All lines from the opening of the entries below through the line containing "#300=ORIENTED_EDGE('',*,*,#279,.F.);" must be output exactly as they appear, with no other lines.

[Saved data entries]
════════════════════

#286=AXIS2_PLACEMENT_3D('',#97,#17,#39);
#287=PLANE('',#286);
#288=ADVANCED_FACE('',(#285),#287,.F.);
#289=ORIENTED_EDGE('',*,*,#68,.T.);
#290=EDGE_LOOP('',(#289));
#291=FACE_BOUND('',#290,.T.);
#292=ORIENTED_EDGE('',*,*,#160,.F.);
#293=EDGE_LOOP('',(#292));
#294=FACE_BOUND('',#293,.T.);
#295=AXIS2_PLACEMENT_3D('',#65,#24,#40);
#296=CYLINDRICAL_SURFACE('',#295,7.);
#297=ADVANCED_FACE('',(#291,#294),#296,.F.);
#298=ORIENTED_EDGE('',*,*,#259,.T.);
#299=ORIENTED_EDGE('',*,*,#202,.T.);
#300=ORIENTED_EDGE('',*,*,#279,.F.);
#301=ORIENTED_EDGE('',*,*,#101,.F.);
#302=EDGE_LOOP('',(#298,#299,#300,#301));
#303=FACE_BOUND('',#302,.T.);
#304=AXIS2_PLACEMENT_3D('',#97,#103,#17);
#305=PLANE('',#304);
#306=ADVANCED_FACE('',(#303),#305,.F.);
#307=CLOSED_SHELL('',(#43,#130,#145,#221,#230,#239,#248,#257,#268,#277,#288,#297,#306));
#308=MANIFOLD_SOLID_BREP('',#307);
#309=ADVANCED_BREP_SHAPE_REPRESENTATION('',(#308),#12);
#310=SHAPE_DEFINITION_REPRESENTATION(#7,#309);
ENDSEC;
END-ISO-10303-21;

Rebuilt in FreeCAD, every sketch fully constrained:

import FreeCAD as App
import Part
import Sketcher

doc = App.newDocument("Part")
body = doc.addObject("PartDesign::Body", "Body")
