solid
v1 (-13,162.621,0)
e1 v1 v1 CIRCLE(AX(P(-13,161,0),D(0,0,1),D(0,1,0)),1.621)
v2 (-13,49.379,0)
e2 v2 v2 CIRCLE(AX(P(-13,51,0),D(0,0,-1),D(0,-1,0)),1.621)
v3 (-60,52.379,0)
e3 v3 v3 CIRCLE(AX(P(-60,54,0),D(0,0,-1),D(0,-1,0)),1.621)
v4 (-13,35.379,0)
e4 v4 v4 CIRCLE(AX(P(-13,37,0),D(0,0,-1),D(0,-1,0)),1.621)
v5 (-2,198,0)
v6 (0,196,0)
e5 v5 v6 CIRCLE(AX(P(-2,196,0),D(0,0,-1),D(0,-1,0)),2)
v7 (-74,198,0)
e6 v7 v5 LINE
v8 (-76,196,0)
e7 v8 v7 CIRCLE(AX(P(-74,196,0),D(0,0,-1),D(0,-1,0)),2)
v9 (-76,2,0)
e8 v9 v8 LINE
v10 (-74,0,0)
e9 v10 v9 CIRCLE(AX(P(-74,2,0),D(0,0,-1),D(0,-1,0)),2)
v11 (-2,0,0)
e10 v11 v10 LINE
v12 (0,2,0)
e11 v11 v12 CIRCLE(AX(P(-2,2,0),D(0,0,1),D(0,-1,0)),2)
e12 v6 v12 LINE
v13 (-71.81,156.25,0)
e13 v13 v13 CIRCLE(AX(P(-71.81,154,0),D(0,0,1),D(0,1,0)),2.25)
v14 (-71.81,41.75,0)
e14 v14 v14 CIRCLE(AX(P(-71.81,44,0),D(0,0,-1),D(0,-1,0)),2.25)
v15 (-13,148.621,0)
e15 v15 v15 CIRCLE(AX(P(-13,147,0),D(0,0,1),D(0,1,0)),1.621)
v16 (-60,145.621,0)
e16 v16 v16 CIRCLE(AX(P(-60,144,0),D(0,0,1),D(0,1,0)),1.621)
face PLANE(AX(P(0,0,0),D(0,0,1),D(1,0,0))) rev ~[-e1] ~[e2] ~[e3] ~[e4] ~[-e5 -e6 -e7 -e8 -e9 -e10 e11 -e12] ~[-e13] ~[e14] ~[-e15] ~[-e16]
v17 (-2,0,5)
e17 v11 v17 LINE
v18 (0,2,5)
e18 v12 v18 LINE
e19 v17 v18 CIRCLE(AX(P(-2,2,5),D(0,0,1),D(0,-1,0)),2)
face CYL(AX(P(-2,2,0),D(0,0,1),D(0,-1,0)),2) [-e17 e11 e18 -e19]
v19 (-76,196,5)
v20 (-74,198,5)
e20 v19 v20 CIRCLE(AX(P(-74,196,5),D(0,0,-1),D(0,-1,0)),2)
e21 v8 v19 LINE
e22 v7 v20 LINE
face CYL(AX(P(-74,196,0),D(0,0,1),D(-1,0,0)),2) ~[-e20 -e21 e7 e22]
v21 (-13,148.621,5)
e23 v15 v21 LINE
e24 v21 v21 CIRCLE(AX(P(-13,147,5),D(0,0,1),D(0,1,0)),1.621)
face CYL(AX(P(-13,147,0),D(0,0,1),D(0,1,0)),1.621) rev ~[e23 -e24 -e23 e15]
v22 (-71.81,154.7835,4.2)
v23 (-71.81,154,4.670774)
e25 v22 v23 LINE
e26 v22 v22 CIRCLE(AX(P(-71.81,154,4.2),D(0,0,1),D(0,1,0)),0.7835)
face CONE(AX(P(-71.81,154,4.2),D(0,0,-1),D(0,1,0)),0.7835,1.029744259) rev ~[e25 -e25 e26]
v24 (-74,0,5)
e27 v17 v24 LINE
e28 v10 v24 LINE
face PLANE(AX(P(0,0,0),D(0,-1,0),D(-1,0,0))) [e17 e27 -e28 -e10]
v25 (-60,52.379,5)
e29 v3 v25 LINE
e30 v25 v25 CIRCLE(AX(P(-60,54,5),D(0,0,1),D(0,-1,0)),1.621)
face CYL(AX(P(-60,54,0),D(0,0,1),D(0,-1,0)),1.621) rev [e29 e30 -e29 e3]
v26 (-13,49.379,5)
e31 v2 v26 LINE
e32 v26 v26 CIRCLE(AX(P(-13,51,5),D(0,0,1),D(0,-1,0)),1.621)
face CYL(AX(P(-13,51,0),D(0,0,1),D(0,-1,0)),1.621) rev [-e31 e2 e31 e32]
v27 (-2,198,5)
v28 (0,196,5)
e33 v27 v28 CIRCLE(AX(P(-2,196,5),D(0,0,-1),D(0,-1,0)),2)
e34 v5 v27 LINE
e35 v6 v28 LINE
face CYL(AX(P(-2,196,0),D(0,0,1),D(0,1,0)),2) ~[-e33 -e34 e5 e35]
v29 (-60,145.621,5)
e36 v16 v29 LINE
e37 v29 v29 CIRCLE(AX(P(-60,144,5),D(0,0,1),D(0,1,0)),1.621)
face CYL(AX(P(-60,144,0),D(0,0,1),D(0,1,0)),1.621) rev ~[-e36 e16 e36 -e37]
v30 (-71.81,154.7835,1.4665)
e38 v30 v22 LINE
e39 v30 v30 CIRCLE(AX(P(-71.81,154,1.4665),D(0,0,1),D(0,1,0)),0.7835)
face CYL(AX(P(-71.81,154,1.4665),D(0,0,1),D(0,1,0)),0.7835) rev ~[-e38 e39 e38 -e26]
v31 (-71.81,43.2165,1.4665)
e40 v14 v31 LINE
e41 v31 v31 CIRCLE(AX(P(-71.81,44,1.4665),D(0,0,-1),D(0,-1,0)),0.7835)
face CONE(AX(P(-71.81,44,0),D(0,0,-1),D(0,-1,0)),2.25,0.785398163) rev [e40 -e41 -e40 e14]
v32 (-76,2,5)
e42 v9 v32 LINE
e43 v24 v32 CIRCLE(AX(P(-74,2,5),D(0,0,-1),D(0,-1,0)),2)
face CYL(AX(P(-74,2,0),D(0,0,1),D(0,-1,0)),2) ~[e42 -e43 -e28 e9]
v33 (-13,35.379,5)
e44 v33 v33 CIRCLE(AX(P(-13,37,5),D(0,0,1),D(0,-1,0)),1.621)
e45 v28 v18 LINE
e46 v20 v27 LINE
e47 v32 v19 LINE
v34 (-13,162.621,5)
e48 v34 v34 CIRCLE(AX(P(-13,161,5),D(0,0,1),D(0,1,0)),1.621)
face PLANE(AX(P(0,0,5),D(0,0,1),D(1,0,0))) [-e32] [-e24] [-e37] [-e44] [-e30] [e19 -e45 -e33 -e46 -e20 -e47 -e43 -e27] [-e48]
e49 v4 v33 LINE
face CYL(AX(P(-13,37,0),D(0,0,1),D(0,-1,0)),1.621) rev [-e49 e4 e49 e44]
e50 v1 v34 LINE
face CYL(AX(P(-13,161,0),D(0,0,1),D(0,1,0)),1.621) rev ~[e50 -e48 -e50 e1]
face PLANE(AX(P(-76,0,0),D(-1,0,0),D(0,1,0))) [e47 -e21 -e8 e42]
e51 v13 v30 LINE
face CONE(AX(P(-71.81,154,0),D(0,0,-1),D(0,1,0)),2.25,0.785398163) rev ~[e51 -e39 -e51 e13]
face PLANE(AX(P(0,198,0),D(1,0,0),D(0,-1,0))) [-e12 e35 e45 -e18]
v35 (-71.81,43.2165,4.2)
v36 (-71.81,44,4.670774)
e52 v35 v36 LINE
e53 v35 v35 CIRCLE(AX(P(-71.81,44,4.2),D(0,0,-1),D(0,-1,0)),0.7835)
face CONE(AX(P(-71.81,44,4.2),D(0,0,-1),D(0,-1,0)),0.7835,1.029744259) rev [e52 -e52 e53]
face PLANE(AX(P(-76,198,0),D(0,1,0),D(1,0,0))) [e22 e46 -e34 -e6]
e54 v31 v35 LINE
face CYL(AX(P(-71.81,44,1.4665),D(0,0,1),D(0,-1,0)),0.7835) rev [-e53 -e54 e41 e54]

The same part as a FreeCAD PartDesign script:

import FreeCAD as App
import Part
import Sketcher
from FreeCAD import Vector


def edges_at(feature, points):
    """Names of the edges that pass closest to the given points."""
    edges = feature.Shape.Edges
    near = lambda p: min(range(len(edges)), key=lambda i: edges[i].distToShape(Part.Vertex(*p))[0])
    return sorted({f"Edge{near(p) + 1}" for p in points})

doc = App.newDocument("Part")
body = doc.addObject("PartDesign::Body", "Body")

# Sketch on XY plane
sketch1 = doc.addObject("Sketcher::SketchObject", "Sketch")
body.addObject(sketch1)
sketch1.AttachmentSupport = (doc.XY_Plane, [""])
sketch1.MapMode = "FlatFace"
sketch1.addGeometry(Part.LineSegment(Vector(-76, 0, 0), Vector(0, 0, 0)), False)
sketch1.addGeometry(Part.LineSegment(Vector(0, 0, 0), Vector(0, 198, 0)), False)
sketch1.addGeometry(Part.LineSegment(Vector(0, 198, 0), Vector(-76, 198, 0)), False)
sketch1.addGeometry(Part.LineSegment(Vector(-76, 198, 0), Vector(-76, 0, 0)), False)
sketch1.addConstraint(Sketcher.Constraint("Coincident", 0, 2, 1, 1))
sketch1.addConstraint(Sketcher.Constraint("Coincident", 1, 2, 2, 1))
sketch1.addConstraint(Sketcher.Constraint("Coincident", 2, 2, 3, 1))
sketch1.addConstraint(Sketcher.Constraint("Coincident", 3, 2, 0, 1))
sketch1.addConstraint(Sketcher.Constraint("Horizontal", 0))
sketch1.addConstraint(Sketcher.Constraint("Vertical", 1))
sketch1.addConstraint(Sketcher.Constraint("Horizontal", 2))
sketch1.addConstraint(Sketcher.Constraint("Vertical", 3))
sketch1.addConstraint(Sketcher.Constraint("Coincident", 0, 2, -1, 1))
sketch1.addConstraint(Sketcher.Constraint("DistanceX", 0, 1, 0, 2, 76.0))
sketch1.addConstraint(Sketcher.Constraint("DistanceY", 1, 1, 1, 2, 198.0))
pad1 = doc.addObject("PartDesign::Pad", "Pad")
body.addObject(pad1)
pad1.Profile = sketch1
pad1.Length = 5
doc.recompute()

fillet = doc.addObject("PartDesign::Fillet", "Fillet")
body.addObject(fillet)
fillet.Base = (pad1, edges_at(pad1, [
    (0, 198, 2.5),
    (-76, 198, 2.5),
    (-76, 0, 2.5),
    (0, 0, 2.5),
]))
fillet.Radius = 2

# Sketch on XY plane
sketch2 = doc.addObject("Sketcher::SketchObject", "Sketch001")
body.addObject(sketch2)
sketch2.AttachmentSupport = (doc.XY_Plane, [""])
sketch2.MapMode = "FlatFace"
sketch2.addGeometry(Part.Circle(Vector(-13, 161, 0), Vector(0, 0, 1), 1.6), False)
sketch2.addGeometry(Part.Circle(Vector(-13, 147, 0), Vector(0, 0, 1), 1.6), False)
sketch2.addGeometry(Part.Circle(Vector(-60, 144, 0), Vector(0, 0, 1), 1.6), False)
sketch2.addConstraint(Sketcher.Constraint("Equal", 0, 1))
sketch2.addConstraint(Sketcher.Constraint("Equal", 1, 2))
sketch2.addConstraint(Sketcher.Constraint("Vertical", 0, 3, 1, 3))
sketch2.addConstraint(Sketcher.Constraint("Diameter", 0, 3.242))
sketch2.addConstraint(Sketcher.Constraint("DistanceX", 0, 3, -1, 1, 13.0))
sketch2.addConstraint(Sketcher.Constraint("DistanceY", -1, 1, 0, 3, 161.0))
sketch2.addConstraint(Sketcher.Constraint("DistanceY", -1, 1, 1, 3, 147.0))
sketch2.addConstraint(Sketcher.Constraint("DistanceX", 2, 3, -1, 1, 60.0))
sketch2.addConstraint(Sketcher.Constraint("DistanceY", -1, 1, 2, 3, 144.0))
doc.recompute()
hole = doc.addObject("PartDesign::Hole", "Hole")
body.addObject(hole)
hole.Profile = sketch2
hole.ThreadType = "None"
hole.Diameter = 3.242
hole.DepthType = "ThroughAll"
hole.Reversed = True

# Sketch on XY plane
sketch3 = doc.addObject("Sketcher::SketchObject", "Sketch002")
body.addObject(sketch3)
sketch3.AttachmentSupport = (doc.XY_Plane, [""])
sketch3.MapMode = "FlatFace"
sketch3.addGeometry(Part.Circle(Vector(-71.8, 154, 0), Vector(0, 0, 1), 0.8), False)
sketch3.addConstraint(Sketcher.Constraint("Diameter", 0, 1.567))
sketch3.addConstraint(Sketcher.Constraint("DistanceY", -1, 1, 0, 3, 154.0))
sketch3.addConstraint(Sketcher.Constraint("DistanceX", 0, 3, -1, 1, 71.81))
doc.recompute()
hole2 = doc.addObject("PartDesign::Hole", "Hole001")
body.addObject(hole2)
hole2.Profile = sketch3
hole2.ThreadType = "None"
hole2.Diameter = 1.567
hole2.DepthType = "Dimension"
hole2.Depth = 4.2
hole2.DrillPoint = "Angled"
hole2.DrillPointAngle = 118
hole2.HoleCutType = "Countersink"
hole2.HoleCutDiameter = 4.5
hole2.HoleCutCountersinkAngle = 90
hole2.Reversed = True
doc.recompute()

datumplane = doc.addObject("PartDesign::Plane", "DatumPlane")
body.addObject(datumplane)
datumplane.AttachmentSupport = (doc.XZ_Plane, [""])
datumplane.MapMode = "FlatFace"
datumplane.AttachmentOffset = App.Placement(Vector(0, 0, -99), App.Rotation())
mirrored = doc.addObject("PartDesign::Mirrored", "Mirrored")
body.addObject(mirrored)
mirrored.Originals = [hole2, hole]
mirrored.MirrorPlane = (datumplane, [""])
body.Tip = mirrored

doc.recompute()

════════════════════

## Response below:
#286=AXIS2_PLACEMENT_3D('',#97,#17,#39);
#287=PLANE('',#286);
#288=ADVANCED_FACE('',(#285),#287,.F.);
#289=ORIENTED_EDGE('',*,*,#68,.T.);
#290=EDGE_LOOP('',(#289));
#291=FACE_BOUND('',#290,.T.);
#292=ORIENTED_EDGE('',*,*,#160,.F.);
#293=EDGE_LOOP('',(#292));
#294=FACE_BOUND('',#293,.T.);
#295=AXIS2_PLACEMENT_3D('',#65,#24,#40);
#296=CYLINDRICAL_SURFACE('',#295,7.);
#297=ADVANCED_FACE('',(#291,#294),#296,.F.);
#298=ORIENTED_EDGE('',*,*,#259,.T.);
#299=ORIENTED_EDGE('',*,*,#202,.T.);
#300=ORIENTED_EDGE('',*,*,#279,.F.);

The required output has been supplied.